Chromatin and DNA methylation dynamics during retinoic acid-induced RET gene transcriptional activation in neuroblastoma cells

Abstract

Although it is well known that RET gene is strongly activated by retinoic acid (RA) in neuroblastoma cells, the mechanisms underlying such activation are still poorly understood. Here we show that a complex series of molecular events, that include modifications of both chromatin and DNA methylation state, accompany RA-mediated RET activation. Our results indicate that the primary epigenetic determinants of RA-induced RET activation differ between enhancer and promoter regions. At promoter region, the main mark of RET activation was the increase of H3K4me3 levels while no significant changes of the methylation state of H3K27 and H3K9 were observed. At RET enhancer region a bipartite chromatin domain was detected in unstimulated cells and a prompt demethylation of H3K27me3 marked RET gene activation upon RA exposure. Moreover, ChIP experiments demonstrated that EZH2 and MeCP2 repressor complexes were associated to the heavily methylated enhancer region in the absence of RA while both complexes were displaced during RA stimulation. Finally, our data show that a demethylation of a specific CpG site at the enhancer region could favor the displacement of MeCP2 from the heavily methylated RET enhancer region providing a novel potential mechanism for transcriptional regulation of methylated RA-regulated loci.

Figure 1.

RARα association to RET gene regulatory regions. (A) Bioinformatical analysis. In the aim to find putative RARE we performed the analysis on both forward and reverse strand of the genomic region located between −5000 to +5000 nt positions with respect of RET trascriptional start site. We searched for all 5′-PuG[G/T]TCA-3′ motifs (half-sites) and considered only exact directly repeated half-sites separated by up to 150 nt as potential RARE sites. With these criteria only one putative RARE was identified on the forward strand, at position from −3178 to −3046, as indicated in the figure. E, Enhancer region; I, intervening sequences; P, Promoter region. (B) SK-N-BE cells were treated for 1 or 12 h with 10 µM RA or were left untreated (Time 0).
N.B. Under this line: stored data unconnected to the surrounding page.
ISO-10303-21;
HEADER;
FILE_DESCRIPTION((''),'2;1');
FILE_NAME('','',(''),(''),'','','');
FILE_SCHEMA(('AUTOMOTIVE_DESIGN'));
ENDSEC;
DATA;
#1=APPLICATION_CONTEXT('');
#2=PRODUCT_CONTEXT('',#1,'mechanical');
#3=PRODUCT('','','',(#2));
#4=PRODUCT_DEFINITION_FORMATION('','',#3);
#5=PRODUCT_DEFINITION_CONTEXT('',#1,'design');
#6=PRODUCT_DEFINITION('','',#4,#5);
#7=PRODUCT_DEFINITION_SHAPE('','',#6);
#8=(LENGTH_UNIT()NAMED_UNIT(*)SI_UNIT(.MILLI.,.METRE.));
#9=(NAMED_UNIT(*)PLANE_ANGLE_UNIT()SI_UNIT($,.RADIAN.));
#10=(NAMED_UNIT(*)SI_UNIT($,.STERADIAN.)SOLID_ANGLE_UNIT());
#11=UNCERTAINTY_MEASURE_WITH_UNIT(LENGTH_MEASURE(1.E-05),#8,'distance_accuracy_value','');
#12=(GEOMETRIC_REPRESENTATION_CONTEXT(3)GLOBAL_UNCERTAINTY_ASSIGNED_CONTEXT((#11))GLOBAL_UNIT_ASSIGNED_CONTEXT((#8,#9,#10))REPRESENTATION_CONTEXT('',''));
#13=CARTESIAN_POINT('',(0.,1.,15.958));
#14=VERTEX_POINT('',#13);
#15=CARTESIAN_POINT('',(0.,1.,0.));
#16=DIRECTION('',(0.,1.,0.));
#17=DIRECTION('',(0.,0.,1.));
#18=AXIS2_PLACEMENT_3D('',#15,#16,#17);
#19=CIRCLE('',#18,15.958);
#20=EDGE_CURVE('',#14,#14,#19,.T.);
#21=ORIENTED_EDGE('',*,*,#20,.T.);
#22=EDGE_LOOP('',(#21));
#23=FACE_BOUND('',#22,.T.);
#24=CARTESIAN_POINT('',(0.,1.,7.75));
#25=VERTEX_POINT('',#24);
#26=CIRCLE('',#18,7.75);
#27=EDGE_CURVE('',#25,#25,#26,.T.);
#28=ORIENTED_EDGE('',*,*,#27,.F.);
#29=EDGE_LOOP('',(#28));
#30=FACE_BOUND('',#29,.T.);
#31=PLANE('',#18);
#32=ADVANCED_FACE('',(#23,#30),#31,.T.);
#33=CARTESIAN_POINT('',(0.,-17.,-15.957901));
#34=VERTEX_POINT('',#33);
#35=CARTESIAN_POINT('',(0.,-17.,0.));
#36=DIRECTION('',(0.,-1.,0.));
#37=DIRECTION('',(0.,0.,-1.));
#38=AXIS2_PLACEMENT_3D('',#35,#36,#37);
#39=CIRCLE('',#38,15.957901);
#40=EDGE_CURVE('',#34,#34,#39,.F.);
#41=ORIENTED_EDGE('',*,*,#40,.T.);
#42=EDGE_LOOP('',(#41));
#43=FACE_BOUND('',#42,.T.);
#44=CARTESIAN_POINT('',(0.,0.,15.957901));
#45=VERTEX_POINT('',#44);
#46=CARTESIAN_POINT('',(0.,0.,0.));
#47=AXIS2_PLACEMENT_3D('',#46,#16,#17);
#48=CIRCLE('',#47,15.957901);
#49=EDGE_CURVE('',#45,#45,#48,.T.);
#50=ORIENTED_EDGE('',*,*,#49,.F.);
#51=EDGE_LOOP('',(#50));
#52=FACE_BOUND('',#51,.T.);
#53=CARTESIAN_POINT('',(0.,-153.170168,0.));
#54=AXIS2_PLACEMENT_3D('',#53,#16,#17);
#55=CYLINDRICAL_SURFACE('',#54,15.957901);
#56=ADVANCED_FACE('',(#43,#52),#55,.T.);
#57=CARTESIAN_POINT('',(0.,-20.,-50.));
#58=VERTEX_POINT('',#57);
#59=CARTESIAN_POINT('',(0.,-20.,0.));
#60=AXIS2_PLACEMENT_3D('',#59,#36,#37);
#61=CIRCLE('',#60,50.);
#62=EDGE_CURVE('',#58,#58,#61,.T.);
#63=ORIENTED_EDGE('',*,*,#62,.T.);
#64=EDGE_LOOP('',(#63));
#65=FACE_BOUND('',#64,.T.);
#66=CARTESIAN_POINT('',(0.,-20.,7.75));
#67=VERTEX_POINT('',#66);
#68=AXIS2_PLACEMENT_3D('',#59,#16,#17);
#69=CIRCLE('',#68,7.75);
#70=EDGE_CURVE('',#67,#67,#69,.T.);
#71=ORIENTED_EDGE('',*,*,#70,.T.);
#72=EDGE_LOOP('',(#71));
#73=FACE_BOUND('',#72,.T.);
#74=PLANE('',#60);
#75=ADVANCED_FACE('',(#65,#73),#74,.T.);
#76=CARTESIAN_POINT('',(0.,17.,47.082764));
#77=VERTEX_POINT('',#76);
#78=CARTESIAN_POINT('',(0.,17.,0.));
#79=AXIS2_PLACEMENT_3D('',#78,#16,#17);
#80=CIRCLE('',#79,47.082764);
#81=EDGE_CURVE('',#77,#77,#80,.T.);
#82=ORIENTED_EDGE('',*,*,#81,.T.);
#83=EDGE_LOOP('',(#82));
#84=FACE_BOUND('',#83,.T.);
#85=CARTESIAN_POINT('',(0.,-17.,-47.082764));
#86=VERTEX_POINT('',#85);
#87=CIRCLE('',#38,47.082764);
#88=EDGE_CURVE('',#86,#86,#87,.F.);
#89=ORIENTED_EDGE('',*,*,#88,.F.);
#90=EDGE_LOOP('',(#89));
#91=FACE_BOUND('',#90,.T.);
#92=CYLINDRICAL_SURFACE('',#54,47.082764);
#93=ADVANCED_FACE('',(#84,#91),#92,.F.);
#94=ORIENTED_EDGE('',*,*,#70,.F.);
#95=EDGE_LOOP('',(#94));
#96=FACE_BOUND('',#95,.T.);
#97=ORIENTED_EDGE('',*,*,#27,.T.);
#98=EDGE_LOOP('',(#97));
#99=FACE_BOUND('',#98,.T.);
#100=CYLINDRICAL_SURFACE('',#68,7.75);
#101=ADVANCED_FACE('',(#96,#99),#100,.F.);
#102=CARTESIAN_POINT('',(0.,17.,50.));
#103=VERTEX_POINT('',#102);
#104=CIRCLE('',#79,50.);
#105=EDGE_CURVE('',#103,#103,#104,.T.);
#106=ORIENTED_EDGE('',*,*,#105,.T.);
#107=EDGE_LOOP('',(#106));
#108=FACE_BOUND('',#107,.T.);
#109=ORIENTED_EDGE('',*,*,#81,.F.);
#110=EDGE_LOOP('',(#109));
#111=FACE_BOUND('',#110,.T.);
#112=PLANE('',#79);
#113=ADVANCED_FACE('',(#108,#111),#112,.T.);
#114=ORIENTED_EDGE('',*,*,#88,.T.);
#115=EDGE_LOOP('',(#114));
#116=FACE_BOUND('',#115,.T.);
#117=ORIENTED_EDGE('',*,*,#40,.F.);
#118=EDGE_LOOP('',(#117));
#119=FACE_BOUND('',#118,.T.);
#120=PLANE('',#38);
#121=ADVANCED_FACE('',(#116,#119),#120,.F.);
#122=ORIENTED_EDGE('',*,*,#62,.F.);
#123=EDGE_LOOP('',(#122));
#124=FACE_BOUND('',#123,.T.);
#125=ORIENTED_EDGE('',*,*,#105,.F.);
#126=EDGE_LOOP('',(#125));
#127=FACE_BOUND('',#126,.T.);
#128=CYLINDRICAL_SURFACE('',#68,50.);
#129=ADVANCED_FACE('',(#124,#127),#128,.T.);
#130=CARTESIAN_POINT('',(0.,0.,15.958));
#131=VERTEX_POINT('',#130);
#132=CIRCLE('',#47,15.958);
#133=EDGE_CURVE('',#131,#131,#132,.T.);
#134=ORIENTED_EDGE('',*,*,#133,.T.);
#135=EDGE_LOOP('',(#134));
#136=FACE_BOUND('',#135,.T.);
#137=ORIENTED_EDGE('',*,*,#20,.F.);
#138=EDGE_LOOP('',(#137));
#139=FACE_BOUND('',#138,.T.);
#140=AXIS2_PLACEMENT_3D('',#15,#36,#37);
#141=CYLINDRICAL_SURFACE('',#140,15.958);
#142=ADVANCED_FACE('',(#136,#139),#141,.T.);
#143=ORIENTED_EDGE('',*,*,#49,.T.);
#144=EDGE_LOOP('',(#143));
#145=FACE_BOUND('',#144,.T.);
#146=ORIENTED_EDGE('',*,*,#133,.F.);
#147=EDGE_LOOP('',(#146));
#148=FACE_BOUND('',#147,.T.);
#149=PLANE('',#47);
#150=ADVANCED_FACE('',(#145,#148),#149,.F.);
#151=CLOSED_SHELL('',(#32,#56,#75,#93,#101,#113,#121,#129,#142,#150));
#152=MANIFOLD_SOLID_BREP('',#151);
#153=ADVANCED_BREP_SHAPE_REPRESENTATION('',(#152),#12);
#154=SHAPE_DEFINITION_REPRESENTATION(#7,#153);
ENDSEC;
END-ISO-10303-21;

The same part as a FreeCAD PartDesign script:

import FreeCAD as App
import Part
import Sketcher
from FreeCAD import Vector
Q = App.Units.Quantity

doc = App.newDocument("Part")
body = doc.addObject("PartDesign::Body", "Body")

# Sketch on XZ plane
sketch1 = body.newObject("Sketcher::SketchObject", "Sketch")
sketch1.AttachmentSupport = (doc.getObject("XZ_Plane"), [""])
sketch1.MapMode = "FlatFace"
sketch1.addGeometry(Part.Circle(Vector(0, 0, 0), Vector(0, 0, 1), 16), False)
sketch1.addConstraint(Sketcher.Constraint("Coincident", 0, 3, -1, 1))
sketch1.addConstraint(Sketcher.Constraint("Diameter", 0, Q("31.916 mm")))
pad1 = body.newObject("PartDesign::Pad", "Pad")
pad1.Profile = sketch1
pad1.Length = 1
pad1.Reversed = True

# Sketch on XZ plane
sketch2 = body.newObject("Sketcher::SketchObject", "Sketch001")
sketch2.AttachmentSupport = (doc.getObject("XZ_Plane"), [""])
sketch2.MapMode = "FlatFace"
sketch2.AttachmentOffset = App.Placement(Vector(0, 0, -1), App.Rotation())
sketch2.addGeometry(Part.Circle(Vector(0, 0, 0), Vector(0, 0, 1), 3.4), False)
sketch2.addConstraint(Sketcher.Constraint("Coincident", 0, 3, -1, 1))
sketch2.addConstraint(Sketcher.Constraint("Diameter", 0, Q("6.8 mm")))
pocket1 = body.newObject("PartDesign::Pocket", "Pocket")
pocket1.Profile = sketch2
pocket1.Length = 16.85
pocket1.Reversed = True

# Sketch on XZ plane
sketch3 = body.newObject("Sketcher::SketchObject", "Sketch002")
sketch3.AttachmentSupport = (doc.getObject("XZ_Plane"), [""])
sketch3.MapMode = "FlatFace"
sketch3.addGeometry(Part.Circle(Vector(0, 0, 0), Vector(0, 0, 1), 50), False)
sketch3.addConstraint(Sketcher.Constraint("Coincident", 0, 3, -1, 1))
sketch3.addConstraint(Sketcher.Constraint("Diameter", 0, Q("100 mm")))
pad2 = body.newObject("PartDesign::Pad", "Pad001")
pad2.Profile = sketch3
pad2.Length = 20

# Sketch on XZ plane
sketch4 = body.newObject("Sketcher::SketchObject", "Sketch003")
sketch4.AttachmentSupport = (doc.getObject("XZ_Plane"), [""])
sketch4.MapMode = "FlatFace"
sketch4.addGeometry(Part.Circle(Vector(0, 0, 0), Vector(0, 0, 1), 47), False)
sketch4.addGeometry(Part.Circle(Vector(0, 0, 0), Vector(0, 0, 1), 16), False)
sketch4.addConstraint(Sketcher.Constraint("Coincident", 0, 3, -1, 1))
sketch4.addConstraint(Sketcher.Constraint("Coincident", 1, 3, -1, 1))
sketch4.addConstraint(Sketcher.Constraint("Diameter", 1, Q("31.915802 mm")))
sketch4.addConstraint(Sketcher.Constraint("Diameter", 0, Q("94.165529 mm")))
pocket2 = body.newObject("PartDesign::Pocket", "Pocket001")
pocket2.Profile = sketch4
pocket2.Length = 17
pocket2.Reversed = True

# Sketch on XZ plane
sketch5 = body.newObject("Sketcher::SketchObject", "Sketch004")
sketch5.AttachmentSupport = (doc.getObject("XZ_Plane"), [""])
sketch5.MapMode = "FlatFace"
sketch5.addGeometry(Part.Circle(Vector(0, 0, 0), Vector(0, 0, 1), 50), False)
sketch5.addGeometry(Part.Circle(Vector(0, 0, 0), Vector(0, 0, 1), 47), False)
sketch5.addConstraint(Sketcher.Constraint("Coincident", 0, 3, -1, 1))
sketch5.addConstraint(Sketcher.Constraint("Coincident", 1, 3, -1, 1))
sketch5.addConstraint(Sketcher.Constraint("Diameter", 0, Q("100 mm")))
sketch5.addConstraint(Sketcher.Constraint("Diameter", 1, Q("94.165529 mm")))
pad3 = body.newObject("PartDesign::Pad", "Pad002")
pad3.Profile = sketch5
pad3.Length = 17
pad3.Reversed = True

# Sketch on XZ plane
sketch6 = body.newObject("Sketcher::SketchObject", "Sketch005")
sketch6.AttachmentSupport = (doc.getObject("XZ_Plane"), [""])
sketch6.MapMode = "FlatFace"
sketch6.AttachmentOffset = App.Placement(Vector(0, 0, -1), App.Rotation())
sketch6.addGeometry(Part.Circle(Vector(0, 0, 0), Vector(0, 0, 1), 8), False)
sketch6.addConstraint(Sketcher.Constraint("Coincident", 0, 3, -1, 1))
sketch6.addConstraint(Sketcher.Constraint("Diameter", 0, Q("15.5 mm")))
pocket3 = body.newObject("PartDesign::Pocket", "Pocket002")
pocket3.Profile = sketch6
pocket3.Type = "ThroughAll"
pocket3.Reversed = True

doc.recompute()
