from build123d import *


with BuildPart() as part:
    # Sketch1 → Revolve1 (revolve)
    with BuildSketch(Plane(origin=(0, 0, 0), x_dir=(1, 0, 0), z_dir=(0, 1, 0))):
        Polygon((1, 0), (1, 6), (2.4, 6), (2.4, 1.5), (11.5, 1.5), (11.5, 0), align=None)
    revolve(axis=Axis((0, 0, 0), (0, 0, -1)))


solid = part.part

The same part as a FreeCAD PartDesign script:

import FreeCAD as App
import Part
import Sketcher
Q = App.Units.Quantity

doc = App.newDocument("Part")
body = doc.addObject("PartDesign::Body", "Body")

sketch1 = body.newObject("Sketcher::SketchObject", "Sketch")
sketch1.AttachmentSupport = (doc.getObject("XZ_Plane"), [""])
sketch1.MapMode = "FlatFace"
sketch1.addGeometry([
    Part.LineSegment(App.Vector(1, -6, 0), App.Vector(1, 0, 0)),
    Part.LineSegment(App.Vector(1, 0, 0), App.Vector(11.5, 0, 0)),
    Part.LineSegment(App.Vector(11.5, 0, 0), App.Vector(11.5, -1.5, 0)),
    Part.LineSegment(App.Vector(11.5, -1.5, 0), App.Vector(2.4, -1.5, 0)),
    Part.LineSegment(App.Vector(2.4, -1.5, 0), App.Vector(2.4, -6, 0)),
    Part.LineSegment(App.Vector(2.4, -6, 0), App.Vector(1, -6, 0)),
], False)
sketch1.addConstraint([
    Sketcher.Constraint("Coincident", 0, 2, 1, 1),
    Sketcher.Constraint("Coincident", 1, 2, 2, 1),
    Sketcher.Constraint("Coincident", 2, 2, 3, 1),
    Sketcher.Constraint("Coincident", 3, 2, 4, 1),
    Sketcher.Constraint("Coincident", 4, 2, 5, 1),
    Sketcher.Constraint("Coincident", 5, 2, 0, 1),
    Sketcher.Constraint("Vertical", 0),
    Sketcher.Constraint("Horizontal", 1),
    Sketcher.Constraint("Vertical", 2),
    Sketcher.Constraint("Horizontal", 3),
    Sketcher.Constraint("Vertical", 4),
    Sketcher.Constraint("Horizontal", 5),
    Sketcher.Constraint("PointOnObject", 0, 2, -1),
    Sketcher.Constraint("DistanceY", 0, 1, 0, 2, Q("6 mm")),
    Sketcher.Constraint("DistanceX", 1, 1, 1, 2, Q("10.5 mm")),
    Sketcher.Constraint("DistanceX", 3, 2, 3, 1, Q("9.1 mm")),
    Sketcher.Constraint("DistanceY", 2, 2, 2, 1, Q("1.5 mm")),
    Sketcher.Constraint("DistanceX", -1, 1, 0, 2, Q("1 mm")),
])
revolution = body.newObject("PartDesign::Revolution", "Revolution")
revolution.Profile = sketch1
revolution.ReferenceAxis = (sketch1, ["V_Axis"])
revolution.Angle = 360

doc.recompute()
ChIP experiments were performed with anti-RARα antibodies or with IgG (as negative control) and with region-specific primers (EQF and EQR for enhancer; IQF and IQR for IS; PQF and PQR for promoter). Primers to RAREs of human RARB and primers to exon 2 of the same gene were used as positive and negative controls, respectively. RARα levels at RARB RARE was about 30 times the level of association detected at RARB exon 2 (data not shown). Each experiment was repeated at least three times, and the quantitative PCR analyses were performed in triplicate. The data are presented as percentages of input DNA (mean ± SE).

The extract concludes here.